**PROBLEM TO SOLVE**
Tally the lines of these entries that include "extrude"; respond with only that tally.

Collected data:

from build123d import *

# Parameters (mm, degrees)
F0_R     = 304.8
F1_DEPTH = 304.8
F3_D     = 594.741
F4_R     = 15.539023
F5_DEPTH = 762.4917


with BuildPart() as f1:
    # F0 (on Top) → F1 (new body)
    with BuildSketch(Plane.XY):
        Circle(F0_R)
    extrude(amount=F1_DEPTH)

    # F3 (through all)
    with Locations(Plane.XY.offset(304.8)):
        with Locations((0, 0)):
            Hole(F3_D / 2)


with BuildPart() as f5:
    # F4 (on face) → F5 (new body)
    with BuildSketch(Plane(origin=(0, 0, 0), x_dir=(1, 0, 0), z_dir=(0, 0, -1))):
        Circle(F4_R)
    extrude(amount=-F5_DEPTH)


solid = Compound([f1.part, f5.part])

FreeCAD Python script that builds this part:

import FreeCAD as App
import Part
import Sketcher

V = App.Vector
Q = App.Units.Quantity

doc = App.newDocument("Part")
body = doc.addObject("PartDesign::Body", "Body")

sketch1 = doc.addObject("Sketcher::SketchObject", "Sketch")
body.addObject(sketch1)
sketch1.AttachmentSupport = (doc.XY_Plane, [""])
sketch1.MapMode = "FlatFace"
sketch1.addGeometry(Part.Circle(V(0, 0, 0), V(0, 0, 1), 304.8), False)
sketch1.addConstraint([
    Sketcher.Constraint("Coincident", 0, 3, -1, 1),
    Sketcher.Constraint("Diameter", 0, Q("24 in")),
])
pad1 = doc.addObject("PartDesign::Pad", "Pad")
body.addObject(pad1)
pad1.Profile = sketch1
pad1.Length = Q("12 in")

sketch2 = doc.addObject("Sketcher::SketchObject", "Sketch001")
body.addObject(sketch2)
sketch2.AttachmentSupport = (doc.XY_Plane, [""])
sketch2.MapMode = "FlatFace"
sketch2.AttachmentOffset = App.Placement(V(0, 0, 12 * 25.4), App.Rotation())
sketch2.addGeometry(Part.Circle(V(0, 0, 0), V(0, 0, 1), 297.3705), False)
sketch2.addConstraint([
    Sketcher.Constraint("Coincident", 0, 3, -1, 1),
    Sketcher.Constraint("Diameter", 0, Q("23.415 in")),
])
doc.recompute()
hole = doc.addObject("PartDesign::Hole", "Hole")
body.addObject(hole)
hole.Profile = sketch2
hole.ThreadType = "None"
hole.Diameter = Q("23.415 in")
hole.DepthType = "ThroughAll"
body2 = doc.addObject("PartDesign::Body", "Body001")

sketch3 = doc.addObject("Sketcher::SketchObject", "Sketch002")
body2.addObject(sketch3)
sketch3.AttachmentSupport = (doc.getObject("XY_Plane001"), [""])
sketch3.MapMode = "FlatFace"
sketch3.addGeometry(Part.Circle(V(0, 0, 0), V(0, 0, 1), 15.539023), False)
sketch3.addConstraint([
    Sketcher.Constraint("Coincident", 0, 3, -1, 1),
    Sketcher.Constraint("Diameter", 0, Q("31.078046 mm")),
])
pad2 = doc.addObject("PartDesign::Pad", "Pad001")
body2.addObject(pad2)
pad2.Profile = sketch3
pad2.Length = 762.4917

doc.recompute()
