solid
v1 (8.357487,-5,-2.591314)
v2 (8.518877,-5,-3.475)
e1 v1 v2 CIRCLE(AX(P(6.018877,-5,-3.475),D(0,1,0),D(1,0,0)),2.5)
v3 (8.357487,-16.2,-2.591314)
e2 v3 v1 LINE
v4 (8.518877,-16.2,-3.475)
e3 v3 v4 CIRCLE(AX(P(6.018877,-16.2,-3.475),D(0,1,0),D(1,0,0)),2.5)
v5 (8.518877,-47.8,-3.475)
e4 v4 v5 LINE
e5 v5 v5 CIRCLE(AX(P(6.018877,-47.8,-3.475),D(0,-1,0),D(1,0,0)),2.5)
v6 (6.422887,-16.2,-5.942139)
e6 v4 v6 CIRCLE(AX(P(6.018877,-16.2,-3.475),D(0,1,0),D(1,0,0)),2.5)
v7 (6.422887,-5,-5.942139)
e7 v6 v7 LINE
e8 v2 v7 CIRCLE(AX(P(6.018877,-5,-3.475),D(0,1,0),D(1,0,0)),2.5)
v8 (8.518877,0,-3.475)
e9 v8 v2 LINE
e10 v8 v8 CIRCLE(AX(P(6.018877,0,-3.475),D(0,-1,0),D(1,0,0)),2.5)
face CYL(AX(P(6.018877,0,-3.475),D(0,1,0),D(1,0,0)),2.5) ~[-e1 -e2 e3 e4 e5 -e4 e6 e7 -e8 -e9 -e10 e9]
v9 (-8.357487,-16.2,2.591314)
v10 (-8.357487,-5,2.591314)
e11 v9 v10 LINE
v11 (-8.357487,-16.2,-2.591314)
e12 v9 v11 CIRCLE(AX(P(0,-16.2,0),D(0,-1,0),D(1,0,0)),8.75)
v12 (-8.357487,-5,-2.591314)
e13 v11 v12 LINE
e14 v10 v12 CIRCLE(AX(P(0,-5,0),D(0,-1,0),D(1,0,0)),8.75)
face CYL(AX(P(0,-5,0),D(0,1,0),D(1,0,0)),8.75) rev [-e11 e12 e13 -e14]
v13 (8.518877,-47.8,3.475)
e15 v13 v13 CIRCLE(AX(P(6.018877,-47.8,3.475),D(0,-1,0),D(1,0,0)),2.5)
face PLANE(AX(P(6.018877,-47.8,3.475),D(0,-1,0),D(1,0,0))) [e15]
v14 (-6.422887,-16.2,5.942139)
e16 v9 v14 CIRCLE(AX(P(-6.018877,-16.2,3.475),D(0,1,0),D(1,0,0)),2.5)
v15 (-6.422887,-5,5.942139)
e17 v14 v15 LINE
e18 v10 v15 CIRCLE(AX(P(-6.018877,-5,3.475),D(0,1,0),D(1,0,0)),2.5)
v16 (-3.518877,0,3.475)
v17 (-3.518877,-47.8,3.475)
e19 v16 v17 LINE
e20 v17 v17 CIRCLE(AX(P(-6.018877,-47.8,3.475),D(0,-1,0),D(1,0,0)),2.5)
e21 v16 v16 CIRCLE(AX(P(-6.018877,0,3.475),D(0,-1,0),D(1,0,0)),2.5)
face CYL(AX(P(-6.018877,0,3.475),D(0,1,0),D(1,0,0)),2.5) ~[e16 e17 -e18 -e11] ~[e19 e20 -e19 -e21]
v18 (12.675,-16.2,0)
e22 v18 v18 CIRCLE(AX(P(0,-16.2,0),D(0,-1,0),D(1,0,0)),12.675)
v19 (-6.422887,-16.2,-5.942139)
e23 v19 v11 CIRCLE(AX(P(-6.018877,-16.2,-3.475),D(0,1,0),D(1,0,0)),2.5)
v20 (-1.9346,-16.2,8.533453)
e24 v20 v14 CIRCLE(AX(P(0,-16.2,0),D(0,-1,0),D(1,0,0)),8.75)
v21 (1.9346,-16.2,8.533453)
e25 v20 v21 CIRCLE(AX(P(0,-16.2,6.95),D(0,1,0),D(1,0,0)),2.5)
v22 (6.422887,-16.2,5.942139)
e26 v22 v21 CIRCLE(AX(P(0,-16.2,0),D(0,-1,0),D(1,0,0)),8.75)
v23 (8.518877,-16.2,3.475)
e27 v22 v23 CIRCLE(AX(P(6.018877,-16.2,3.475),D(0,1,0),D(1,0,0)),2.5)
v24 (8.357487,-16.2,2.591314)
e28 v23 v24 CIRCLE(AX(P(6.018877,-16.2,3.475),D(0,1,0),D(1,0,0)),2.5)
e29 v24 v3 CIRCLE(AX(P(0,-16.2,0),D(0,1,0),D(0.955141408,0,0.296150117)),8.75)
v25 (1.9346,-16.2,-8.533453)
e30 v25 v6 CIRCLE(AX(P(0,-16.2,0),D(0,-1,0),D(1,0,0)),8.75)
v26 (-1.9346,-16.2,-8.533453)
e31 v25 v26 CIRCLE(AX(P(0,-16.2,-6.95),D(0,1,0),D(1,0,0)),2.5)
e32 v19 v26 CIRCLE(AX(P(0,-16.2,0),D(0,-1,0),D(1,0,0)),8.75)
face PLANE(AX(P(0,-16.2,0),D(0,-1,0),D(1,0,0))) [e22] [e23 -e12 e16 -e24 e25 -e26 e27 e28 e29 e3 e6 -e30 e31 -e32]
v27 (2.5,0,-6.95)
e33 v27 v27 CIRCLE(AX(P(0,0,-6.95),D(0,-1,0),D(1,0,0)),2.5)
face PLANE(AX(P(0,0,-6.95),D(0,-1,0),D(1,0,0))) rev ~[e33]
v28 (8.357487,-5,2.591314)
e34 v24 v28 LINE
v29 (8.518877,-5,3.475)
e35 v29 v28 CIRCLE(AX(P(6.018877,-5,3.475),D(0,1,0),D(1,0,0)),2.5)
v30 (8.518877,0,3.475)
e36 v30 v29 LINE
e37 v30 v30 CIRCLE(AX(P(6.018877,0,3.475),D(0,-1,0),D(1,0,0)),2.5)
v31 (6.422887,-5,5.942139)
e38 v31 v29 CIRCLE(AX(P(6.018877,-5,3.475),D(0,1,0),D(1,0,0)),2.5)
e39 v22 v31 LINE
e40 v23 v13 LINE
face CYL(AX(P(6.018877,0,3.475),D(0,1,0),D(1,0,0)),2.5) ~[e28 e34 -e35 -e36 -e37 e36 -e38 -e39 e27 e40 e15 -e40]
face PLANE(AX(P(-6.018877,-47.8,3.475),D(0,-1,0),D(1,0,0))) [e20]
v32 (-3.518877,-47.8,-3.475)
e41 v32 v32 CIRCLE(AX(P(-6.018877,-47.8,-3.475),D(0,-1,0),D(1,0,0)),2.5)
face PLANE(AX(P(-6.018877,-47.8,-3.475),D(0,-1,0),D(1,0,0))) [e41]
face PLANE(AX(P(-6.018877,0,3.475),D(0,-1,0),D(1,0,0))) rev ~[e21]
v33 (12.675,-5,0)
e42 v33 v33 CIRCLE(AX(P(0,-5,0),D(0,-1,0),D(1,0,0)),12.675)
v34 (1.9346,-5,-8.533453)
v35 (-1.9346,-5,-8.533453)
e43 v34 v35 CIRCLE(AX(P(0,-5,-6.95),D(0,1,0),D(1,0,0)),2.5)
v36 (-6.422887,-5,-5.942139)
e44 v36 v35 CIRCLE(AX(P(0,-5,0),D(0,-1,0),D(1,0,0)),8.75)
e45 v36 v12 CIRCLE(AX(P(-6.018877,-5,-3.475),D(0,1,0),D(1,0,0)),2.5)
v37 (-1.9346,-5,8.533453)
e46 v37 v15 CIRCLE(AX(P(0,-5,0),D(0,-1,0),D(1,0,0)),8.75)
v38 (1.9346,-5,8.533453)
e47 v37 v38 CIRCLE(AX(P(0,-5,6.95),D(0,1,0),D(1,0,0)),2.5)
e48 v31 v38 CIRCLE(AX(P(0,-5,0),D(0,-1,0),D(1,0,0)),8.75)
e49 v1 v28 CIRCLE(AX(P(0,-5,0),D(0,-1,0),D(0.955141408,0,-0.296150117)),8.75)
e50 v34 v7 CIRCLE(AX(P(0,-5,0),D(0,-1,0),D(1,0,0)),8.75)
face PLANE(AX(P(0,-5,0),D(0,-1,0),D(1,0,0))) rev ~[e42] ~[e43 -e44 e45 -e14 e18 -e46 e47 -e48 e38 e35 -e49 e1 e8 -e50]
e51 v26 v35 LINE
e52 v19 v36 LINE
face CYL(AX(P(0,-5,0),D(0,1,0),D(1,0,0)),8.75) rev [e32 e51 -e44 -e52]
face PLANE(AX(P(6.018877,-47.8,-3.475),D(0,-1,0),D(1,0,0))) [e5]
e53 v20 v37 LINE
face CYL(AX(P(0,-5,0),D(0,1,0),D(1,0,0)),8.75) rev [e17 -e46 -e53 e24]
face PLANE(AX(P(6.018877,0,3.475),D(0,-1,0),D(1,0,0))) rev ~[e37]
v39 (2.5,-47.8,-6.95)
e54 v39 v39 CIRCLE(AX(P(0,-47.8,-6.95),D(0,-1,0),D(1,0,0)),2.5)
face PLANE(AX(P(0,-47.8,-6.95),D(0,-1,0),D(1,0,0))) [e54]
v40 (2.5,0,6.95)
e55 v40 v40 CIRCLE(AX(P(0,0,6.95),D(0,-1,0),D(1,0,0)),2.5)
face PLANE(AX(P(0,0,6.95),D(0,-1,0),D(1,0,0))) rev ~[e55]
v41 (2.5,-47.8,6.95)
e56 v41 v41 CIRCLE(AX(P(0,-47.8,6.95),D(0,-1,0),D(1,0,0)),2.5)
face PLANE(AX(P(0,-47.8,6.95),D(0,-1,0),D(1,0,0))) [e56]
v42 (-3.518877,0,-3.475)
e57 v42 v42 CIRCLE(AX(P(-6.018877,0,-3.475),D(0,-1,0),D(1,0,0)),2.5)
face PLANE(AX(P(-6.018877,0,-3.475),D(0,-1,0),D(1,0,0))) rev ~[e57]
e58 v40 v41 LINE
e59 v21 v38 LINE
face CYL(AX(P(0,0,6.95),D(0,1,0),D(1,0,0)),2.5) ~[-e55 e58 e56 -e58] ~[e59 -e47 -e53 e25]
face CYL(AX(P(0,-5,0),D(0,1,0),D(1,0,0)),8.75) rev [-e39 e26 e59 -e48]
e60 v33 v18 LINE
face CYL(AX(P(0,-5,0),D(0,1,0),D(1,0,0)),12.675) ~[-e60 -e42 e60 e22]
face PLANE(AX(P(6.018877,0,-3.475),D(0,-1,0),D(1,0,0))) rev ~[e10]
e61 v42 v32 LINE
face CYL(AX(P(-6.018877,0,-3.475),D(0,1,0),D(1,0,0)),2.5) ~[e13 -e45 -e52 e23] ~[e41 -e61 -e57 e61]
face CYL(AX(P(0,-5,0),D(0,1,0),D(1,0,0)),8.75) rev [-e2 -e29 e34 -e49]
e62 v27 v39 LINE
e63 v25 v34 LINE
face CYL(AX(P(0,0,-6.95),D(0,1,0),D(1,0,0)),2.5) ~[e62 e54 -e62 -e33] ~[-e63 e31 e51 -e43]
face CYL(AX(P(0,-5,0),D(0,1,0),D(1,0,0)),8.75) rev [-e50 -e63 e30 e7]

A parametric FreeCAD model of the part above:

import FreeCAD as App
import Part
import Sketcher
Q = App.Units.Quantity

doc = App.newDocument("Part")
body = doc.addObject("PartDesign::Body", "Body")
body.AllowCompound = True

# Sketch on XZ plane
sketch1 = body.newObject("Sketcher::SketchObject", "Sketch")
sketch1.AttachmentSupport = (doc.getObject("XZ_Plane"), [""])
sketch1.MapMode = "FlatFace"
sketch1.addGeometry([
    Part.Circle(App.Vector(0, 6.95, 0), App.Vector(0, 0, 1), 2.5),  # 0
    Part.Circle(App.Vector(-6.018877, 3.475, 0), App.Vector(0, 0, 1), 2.5),  # 1
    Part.Circle(App.Vector(-6.018877, -3.475, 0), App.Vector(0, 0, 1), 2.5),  # 2
    Part.Circle(App.Vector(0, -6.95, 0), App.Vector(0, 0, 1), 2.5),  # 3
    Part.Circle(App.Vector(6.018877, -3.475, 0), App.Vector(0, 0, 1), 2.5),  # 4
    Part.Circle(App.Vector(6.018877, 3.475, 0), App.Vector(0, 0, 1), 2.5),  # 5
], False)
sketch1.addConstraint([
    Sketcher.Constraint("Equal", 0, 1),
    Sketcher.Constraint("Equal", 1, 2),
    Sketcher.Constraint("Equal", 2, 3),
    Sketcher.Constraint("Equal", 3, 4),
    Sketcher.Constraint("Equal", 4, 5),
    Sketcher.Constraint("Symmetric", 0, 3, 3, 3, -1, 1),
    Sketcher.Constraint("Symmetric", 1, 3, 4, 3, -1, 1),
    Sketcher.Constraint("Symmetric", 2, 3, 5, 3, -1, 1),
    Sketcher.Constraint("Symmetric", 2, 3, 4, 3, -2),
    Sketcher.Constraint("PointOnObject", 0, 3, -2),
    Sketcher.Constraint("Diameter", 0, Q("5 mm")),
    Sketcher.Constraint("DistanceY", 3, 3, 0, 3, Q("13.9 mm")),
    Sketcher.Constraint("DistanceY", 2, 3, 1, 3, Q("6.95 mm")),
    Sketcher.Constraint("DistanceX", 1, 3, -1, 1, Q("6.018877 mm")),
])
pad1 = body.newObject("PartDesign::Pad", "Pad")
pad1.Profile = sketch1
pad1.Length = 47.8

# Sketch on XZ plane
sketch2 = body.newObject("Sketcher::SketchObject", "Sketch001")
sketch2.AttachmentSupport = (doc.getObject("XZ_Plane"), [""])
sketch2.MapMode = "FlatFace"
sketch2.AttachmentOffset = App.Placement(App.Vector(0, 0, 5), App.Rotation())
sketch2.addGeometry([
    Part.Circle(App.Vector(0, 0, 0), App.Vector(0, 0, 1), 12.675),
    Part.Circle(App.Vector(0, 0, 0), App.Vector(0, 0, 1), 8.75),
], False)
sketch2.addConstraint([
    Sketcher.Constraint("Coincident", 0, 3, -1, 1),
    Sketcher.Constraint("Coincident", 1, 3, -1, 1),
    Sketcher.Constraint("Diameter", 1, Q("17.5 mm")),
    Sketcher.Constraint("Diameter", 0, Q("25.35 mm")),
])
pad2 = body.newObject("PartDesign::Pad", "Pad001")
pad2.Profile = sketch2
pad2.Length = 11.2

doc.recompute()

**TASK SOLUTION**
2